Automated Democracy Scores. Brazilian Review of Econometrics, 37(1), 31-43, 2017. In this paper I use natural language processing to create the first machine-coded democracy index, which I call Automated Democracy Scores (ADS). I base the ADS on 42 million news articles from 6,043 different sources. The ADS cover all independent countries in the 1993-2012 period. Unlike the democracy indices we have today the ADS are replicable and have standard errors small enough to actually distinguish between cases. (I also wrote a related paper where I try a bunch of other methods - LSA, LDA, Random Forest.) Data and code I created a web app that lets anyone tweak the training data and see how the results change - without having to write any code. If you do want to see the gory details, here’s what you need to know.
Deep Learning Anomaly Detection as Support Fraud Investigation in Brazilian Exports and Anti-Money Laundering (with Ebberth Paula, Marcelo Ladeira, and Rommel Carvalho). 15th IEEE International Conference on Machine Learning and Applications (ICMLA), 2016. Here we use deep learning to detect fake Brazilian exports. Data and code Sorry, it’s company-level data and therefore protected by Brazilian privacy laws (only had access to it because co-author works at Brazil’s tax authority.)
A dimensão geográfica das eleições brasileiras (“The spatial dimension of Brazilian elections”). Opinião Pública (Public Opinion), 19(2), 270-290, 2013. Here I use spatial econometrics and the Brazilian election of 2010 to understand why neighboring counties tend to vote similarly. Data and code. I used a mix of Stata (here) and R (here) code. The dataset is here (it’s in Stata format; convert it to CSV format to run the R code). The list of missing observations is here. (To produce the plots I used GeoDa and ArcGIS, using the respective GUIs, so there’s no code for those.)

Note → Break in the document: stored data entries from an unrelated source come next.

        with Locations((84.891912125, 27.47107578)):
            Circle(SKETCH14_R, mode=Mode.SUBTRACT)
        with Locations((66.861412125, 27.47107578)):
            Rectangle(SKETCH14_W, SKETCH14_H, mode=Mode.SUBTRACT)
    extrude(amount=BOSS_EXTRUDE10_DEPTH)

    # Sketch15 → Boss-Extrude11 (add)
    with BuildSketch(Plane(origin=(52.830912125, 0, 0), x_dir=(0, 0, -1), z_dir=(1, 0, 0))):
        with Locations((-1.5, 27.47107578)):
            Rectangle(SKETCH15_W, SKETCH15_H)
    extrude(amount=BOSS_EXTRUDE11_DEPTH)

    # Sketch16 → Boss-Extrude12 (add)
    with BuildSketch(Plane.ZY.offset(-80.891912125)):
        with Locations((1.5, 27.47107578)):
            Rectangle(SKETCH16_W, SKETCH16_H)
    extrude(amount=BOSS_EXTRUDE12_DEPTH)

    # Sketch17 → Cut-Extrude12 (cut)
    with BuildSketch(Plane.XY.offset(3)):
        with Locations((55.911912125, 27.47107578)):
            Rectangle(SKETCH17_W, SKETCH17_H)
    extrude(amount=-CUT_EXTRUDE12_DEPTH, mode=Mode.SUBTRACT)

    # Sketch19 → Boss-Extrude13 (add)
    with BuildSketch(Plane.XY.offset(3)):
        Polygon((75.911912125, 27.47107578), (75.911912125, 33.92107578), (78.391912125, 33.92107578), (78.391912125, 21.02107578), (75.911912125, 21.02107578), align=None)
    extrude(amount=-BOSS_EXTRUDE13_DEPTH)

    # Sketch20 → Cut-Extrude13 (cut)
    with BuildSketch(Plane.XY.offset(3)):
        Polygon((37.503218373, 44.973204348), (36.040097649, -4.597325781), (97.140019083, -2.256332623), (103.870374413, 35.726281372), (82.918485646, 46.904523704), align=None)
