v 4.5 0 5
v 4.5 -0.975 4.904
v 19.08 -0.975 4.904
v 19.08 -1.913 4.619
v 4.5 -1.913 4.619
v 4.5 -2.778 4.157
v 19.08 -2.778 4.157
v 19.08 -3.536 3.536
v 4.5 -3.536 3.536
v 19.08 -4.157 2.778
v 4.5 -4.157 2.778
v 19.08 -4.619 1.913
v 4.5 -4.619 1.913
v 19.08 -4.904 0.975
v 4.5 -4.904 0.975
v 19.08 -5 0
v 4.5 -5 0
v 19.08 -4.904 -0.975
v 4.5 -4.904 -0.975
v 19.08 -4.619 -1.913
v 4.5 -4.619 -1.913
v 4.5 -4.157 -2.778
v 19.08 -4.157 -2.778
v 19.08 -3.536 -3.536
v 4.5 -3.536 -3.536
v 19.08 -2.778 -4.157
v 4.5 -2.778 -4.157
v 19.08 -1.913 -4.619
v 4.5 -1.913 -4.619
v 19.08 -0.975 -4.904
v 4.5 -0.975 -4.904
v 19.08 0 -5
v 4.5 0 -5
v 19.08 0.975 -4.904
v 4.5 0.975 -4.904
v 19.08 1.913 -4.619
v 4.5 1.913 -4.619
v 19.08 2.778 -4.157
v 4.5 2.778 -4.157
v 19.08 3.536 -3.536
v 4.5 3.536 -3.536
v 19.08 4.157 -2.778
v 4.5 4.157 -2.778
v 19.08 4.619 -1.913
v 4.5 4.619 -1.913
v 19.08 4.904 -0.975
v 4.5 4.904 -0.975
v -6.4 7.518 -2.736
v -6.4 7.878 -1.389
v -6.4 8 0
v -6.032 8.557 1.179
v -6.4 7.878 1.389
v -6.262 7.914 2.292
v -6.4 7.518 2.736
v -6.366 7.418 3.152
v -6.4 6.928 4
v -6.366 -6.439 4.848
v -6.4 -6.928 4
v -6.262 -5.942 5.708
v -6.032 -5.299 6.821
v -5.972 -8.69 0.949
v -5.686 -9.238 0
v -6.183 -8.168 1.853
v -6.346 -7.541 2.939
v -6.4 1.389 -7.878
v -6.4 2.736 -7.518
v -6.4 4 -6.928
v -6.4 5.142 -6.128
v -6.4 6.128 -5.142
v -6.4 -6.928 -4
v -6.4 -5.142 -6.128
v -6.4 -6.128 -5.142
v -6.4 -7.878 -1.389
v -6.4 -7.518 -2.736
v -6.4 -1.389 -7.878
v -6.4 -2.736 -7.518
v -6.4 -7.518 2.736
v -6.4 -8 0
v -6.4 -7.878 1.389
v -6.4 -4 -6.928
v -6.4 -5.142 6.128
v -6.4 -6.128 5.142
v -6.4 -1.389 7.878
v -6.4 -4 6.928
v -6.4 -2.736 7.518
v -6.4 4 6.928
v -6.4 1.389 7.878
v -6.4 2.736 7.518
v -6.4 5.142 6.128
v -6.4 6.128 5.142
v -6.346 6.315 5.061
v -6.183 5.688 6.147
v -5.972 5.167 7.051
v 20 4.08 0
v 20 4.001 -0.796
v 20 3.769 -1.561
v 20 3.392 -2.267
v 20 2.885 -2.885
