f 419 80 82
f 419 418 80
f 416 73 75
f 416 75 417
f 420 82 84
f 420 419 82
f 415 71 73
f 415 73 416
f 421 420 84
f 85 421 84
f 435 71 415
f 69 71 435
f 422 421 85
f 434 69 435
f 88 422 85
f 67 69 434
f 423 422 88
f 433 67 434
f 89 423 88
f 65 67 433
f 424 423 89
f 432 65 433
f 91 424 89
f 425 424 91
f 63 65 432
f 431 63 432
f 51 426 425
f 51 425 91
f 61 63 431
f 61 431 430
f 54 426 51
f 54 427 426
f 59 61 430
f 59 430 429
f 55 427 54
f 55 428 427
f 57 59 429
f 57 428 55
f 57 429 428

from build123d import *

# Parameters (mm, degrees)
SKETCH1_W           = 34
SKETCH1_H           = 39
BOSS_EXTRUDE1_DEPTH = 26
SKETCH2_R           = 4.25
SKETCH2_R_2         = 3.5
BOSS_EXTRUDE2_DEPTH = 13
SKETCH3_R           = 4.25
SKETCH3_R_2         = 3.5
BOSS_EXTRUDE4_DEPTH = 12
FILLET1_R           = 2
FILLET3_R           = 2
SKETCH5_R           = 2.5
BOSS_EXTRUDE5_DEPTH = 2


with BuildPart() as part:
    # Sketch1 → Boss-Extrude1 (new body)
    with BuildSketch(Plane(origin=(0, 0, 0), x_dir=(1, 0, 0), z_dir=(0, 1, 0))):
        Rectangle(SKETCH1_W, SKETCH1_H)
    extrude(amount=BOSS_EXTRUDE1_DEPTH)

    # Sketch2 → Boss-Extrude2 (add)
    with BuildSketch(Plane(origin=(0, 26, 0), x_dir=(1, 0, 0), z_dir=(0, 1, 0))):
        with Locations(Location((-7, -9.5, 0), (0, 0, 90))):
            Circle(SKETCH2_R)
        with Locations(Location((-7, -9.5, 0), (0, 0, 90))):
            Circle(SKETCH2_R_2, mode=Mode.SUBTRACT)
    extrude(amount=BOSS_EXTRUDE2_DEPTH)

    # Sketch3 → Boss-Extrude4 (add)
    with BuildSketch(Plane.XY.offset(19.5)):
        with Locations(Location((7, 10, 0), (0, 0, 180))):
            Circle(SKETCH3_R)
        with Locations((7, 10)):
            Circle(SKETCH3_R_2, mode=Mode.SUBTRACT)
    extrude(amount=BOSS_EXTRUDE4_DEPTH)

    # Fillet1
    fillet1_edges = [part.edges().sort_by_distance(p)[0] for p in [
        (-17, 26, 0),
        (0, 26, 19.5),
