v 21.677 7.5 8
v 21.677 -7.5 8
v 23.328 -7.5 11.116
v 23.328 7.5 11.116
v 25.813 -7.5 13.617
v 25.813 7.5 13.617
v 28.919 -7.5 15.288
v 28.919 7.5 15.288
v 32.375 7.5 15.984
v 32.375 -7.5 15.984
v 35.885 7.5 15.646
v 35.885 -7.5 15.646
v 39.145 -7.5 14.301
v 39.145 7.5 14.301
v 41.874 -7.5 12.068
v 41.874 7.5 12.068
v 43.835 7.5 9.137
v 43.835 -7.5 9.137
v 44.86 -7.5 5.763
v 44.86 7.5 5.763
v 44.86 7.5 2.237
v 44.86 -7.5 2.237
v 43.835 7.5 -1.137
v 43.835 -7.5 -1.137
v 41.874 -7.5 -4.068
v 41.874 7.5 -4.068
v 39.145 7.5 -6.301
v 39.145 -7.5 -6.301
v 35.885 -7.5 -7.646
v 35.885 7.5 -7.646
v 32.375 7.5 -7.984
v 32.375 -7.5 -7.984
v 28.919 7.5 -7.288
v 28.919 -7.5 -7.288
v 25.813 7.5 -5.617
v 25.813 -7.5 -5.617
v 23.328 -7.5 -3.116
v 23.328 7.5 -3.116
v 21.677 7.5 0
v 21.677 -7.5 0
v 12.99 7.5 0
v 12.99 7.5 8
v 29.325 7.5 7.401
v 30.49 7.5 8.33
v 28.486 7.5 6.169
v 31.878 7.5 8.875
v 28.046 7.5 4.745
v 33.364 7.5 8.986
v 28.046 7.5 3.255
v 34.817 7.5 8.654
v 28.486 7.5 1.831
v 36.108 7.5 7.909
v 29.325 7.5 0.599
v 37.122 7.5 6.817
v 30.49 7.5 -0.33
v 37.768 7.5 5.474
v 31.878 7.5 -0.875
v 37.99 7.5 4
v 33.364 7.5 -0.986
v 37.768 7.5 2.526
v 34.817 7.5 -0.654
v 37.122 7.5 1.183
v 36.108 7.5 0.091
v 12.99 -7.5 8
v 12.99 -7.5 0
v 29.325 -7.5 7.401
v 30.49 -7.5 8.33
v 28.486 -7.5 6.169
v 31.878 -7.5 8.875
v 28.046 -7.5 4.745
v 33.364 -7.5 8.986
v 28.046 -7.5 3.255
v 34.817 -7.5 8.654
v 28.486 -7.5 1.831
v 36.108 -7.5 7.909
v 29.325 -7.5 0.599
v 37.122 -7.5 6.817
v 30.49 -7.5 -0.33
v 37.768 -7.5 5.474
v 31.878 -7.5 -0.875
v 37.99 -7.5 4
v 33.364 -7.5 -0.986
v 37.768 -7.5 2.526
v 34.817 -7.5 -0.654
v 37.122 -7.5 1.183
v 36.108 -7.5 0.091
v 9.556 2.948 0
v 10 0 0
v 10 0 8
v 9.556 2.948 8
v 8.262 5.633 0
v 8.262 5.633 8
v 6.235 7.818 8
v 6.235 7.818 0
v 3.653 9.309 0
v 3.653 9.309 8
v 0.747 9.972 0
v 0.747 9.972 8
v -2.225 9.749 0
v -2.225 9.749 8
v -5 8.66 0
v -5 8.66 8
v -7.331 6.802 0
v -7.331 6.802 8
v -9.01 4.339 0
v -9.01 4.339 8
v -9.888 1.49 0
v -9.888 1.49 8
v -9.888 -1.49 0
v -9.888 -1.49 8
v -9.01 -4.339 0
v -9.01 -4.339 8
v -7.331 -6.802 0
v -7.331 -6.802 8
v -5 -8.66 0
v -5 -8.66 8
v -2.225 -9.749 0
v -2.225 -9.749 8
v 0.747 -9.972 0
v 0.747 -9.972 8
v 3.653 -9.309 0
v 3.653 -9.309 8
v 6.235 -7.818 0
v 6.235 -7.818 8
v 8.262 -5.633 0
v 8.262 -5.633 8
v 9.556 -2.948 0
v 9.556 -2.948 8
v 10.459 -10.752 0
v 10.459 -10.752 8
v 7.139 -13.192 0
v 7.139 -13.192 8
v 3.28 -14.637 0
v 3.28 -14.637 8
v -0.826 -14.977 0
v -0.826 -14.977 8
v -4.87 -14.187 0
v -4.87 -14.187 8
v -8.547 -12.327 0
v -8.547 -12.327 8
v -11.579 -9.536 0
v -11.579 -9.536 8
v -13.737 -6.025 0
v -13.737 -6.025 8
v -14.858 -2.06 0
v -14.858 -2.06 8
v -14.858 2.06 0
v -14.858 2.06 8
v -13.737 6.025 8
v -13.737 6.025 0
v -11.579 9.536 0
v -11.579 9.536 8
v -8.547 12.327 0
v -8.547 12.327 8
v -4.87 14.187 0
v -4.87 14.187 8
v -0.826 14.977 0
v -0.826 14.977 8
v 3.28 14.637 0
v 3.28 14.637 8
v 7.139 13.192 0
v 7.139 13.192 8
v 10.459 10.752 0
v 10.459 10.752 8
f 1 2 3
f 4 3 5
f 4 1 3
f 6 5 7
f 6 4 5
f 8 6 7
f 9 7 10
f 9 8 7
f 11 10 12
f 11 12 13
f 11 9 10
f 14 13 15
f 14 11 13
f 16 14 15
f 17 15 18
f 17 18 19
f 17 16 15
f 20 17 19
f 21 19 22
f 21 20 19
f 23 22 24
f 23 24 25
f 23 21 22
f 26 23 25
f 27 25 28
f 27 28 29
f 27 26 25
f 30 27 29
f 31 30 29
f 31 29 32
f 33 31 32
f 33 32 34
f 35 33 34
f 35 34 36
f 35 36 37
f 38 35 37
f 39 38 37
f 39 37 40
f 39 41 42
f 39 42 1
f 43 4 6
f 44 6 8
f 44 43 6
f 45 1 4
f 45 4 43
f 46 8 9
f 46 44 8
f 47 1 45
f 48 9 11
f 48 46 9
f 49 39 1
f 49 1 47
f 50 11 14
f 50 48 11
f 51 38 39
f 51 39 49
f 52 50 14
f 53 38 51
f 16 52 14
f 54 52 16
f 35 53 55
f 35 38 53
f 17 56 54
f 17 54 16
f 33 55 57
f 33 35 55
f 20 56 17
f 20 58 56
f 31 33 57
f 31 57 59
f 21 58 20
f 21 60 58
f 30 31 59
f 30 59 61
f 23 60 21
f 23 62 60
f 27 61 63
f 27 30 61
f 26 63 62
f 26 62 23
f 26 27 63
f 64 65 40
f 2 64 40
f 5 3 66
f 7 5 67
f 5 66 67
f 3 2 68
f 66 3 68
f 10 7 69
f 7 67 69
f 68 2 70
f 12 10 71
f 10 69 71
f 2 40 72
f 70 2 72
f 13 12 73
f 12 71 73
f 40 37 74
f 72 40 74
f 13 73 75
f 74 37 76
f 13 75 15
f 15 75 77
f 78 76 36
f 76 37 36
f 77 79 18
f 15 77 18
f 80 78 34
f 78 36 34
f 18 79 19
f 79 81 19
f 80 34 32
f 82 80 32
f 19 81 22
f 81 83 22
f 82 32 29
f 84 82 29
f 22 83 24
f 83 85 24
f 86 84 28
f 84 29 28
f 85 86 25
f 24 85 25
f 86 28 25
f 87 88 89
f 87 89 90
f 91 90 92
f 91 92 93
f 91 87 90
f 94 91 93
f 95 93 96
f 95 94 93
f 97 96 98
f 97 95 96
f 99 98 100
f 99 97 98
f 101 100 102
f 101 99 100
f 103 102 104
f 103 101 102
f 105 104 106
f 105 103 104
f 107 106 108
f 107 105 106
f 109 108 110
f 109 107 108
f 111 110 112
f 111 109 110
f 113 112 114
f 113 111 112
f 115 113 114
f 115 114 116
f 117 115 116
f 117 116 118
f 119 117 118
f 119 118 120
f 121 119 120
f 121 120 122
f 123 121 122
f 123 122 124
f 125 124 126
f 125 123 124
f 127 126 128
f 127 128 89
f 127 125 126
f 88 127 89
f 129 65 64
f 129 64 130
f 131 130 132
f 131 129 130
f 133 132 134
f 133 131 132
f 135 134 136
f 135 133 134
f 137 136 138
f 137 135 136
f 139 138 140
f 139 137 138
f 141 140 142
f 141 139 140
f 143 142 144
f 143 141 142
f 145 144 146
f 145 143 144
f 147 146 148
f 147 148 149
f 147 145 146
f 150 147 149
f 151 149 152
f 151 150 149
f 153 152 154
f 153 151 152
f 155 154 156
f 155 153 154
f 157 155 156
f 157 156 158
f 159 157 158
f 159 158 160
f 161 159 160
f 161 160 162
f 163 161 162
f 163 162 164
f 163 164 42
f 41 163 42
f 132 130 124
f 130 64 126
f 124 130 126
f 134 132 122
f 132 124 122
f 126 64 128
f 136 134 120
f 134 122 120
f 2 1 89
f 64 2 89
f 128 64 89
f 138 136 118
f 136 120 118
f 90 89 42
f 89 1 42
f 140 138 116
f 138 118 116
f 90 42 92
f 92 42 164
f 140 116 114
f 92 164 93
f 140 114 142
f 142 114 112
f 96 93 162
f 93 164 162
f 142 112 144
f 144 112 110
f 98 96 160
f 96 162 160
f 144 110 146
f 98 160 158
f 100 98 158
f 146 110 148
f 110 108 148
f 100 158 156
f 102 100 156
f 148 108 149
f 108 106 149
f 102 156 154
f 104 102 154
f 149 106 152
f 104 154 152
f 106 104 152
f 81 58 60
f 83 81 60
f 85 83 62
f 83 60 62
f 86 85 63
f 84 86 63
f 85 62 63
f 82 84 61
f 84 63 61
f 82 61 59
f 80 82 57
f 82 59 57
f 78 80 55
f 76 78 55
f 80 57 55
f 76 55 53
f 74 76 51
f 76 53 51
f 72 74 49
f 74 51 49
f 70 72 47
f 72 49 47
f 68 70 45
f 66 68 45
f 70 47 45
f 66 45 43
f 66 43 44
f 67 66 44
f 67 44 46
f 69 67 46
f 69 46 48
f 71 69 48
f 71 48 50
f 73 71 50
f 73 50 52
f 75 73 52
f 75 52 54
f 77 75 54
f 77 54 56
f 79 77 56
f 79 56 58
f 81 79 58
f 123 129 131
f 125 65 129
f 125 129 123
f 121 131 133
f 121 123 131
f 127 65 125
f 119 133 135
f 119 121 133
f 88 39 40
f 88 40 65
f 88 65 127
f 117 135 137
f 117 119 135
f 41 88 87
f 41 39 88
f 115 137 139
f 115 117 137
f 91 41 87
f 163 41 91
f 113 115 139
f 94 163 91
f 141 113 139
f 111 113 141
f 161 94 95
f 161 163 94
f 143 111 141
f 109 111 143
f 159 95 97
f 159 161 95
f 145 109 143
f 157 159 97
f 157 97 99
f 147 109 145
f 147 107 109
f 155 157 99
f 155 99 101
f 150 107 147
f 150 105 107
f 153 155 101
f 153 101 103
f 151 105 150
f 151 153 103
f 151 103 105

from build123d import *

# Parameters (mm, degrees)
SKETCH1_R           = 10
BOSS_EXTRUDE1_DEPTH = 8
BOSS_EXTRUDE2_DEPTH = 15
SKETCH3_R           = 5
CUT_EXTRUDE1_DEPTH  = 23.5


with BuildPart() as part:
    # Sketch1 → Boss-Extrude1 (new body)
    with BuildSketch(Plane.XY):
        with BuildLine():
            Line((12.990381057, 7.5), (32.990381057, 7.5))
            Line((32.990381057, 7.5), (32.990381057, -7.5))
            Line((32.990381057, -7.5), (12.990381057, -7.5))
            ThreePointArc((12.990381057, -7.5), (-15, 0), (12.990381057, 7.5))
        make_face()
        Circle(SKETCH1_R, mode=Mode.SUBTRACT)
    extrude(amount=BOSS_EXTRUDE1_DEPTH)

    # Sketch2 → Boss-Extrude2 (add)
    with BuildSketch(Plane(origin=(0, 7.5, 0), x_dir=(1, 0, 0), z_dir=(0, 1, 0))):
        with BuildLine():
            ThreePointArc((21.676672558, -8), (44.990381057, -4), (21.676672558, 0))
            Line((21.676672558, 0), (32.990381057, 0))
            Line((32.990381057, 0), (32.990381057, -8))
            Line((32.990381057, -8), (21.676672558, -8))
        make_face()
    extrude(amount=-BOSS_EXTRUDE2_DEPTH)

    # Sketch3 → Cut-Extrude1 (cut, through all)
    with BuildSketch(Plane(origin=(0, 7.5, 0), x_dir=(1, 0, 0), z_dir=(0, 1, 0))):
        with Locations((32.990381057, -4)):
            Circle(SKETCH3_R)
    extrude(amount=-CUT_EXTRUDE1_DEPTH, mode=Mode.SUBTRACT)


solid = part.part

Lobby e protecionismo no Brasil contemporâneo (“Lobby and protectionism in Brazil”). Revista Brasileira de Economia (Brazilian Review of Economics), 62(3), 263-178, 2008. Here I regress tariffs on industry-level indicators of political power (economic concentration, number of workers, etc). Data and code. I ran everything almost a decade ago and back then I used Excel spreadsheets to store data (I know, I know…) and I clicked buttons instead of writing code (I didn’t know any better), so I don’t have much to offer here. The spreadsheets are all in this zipped folder.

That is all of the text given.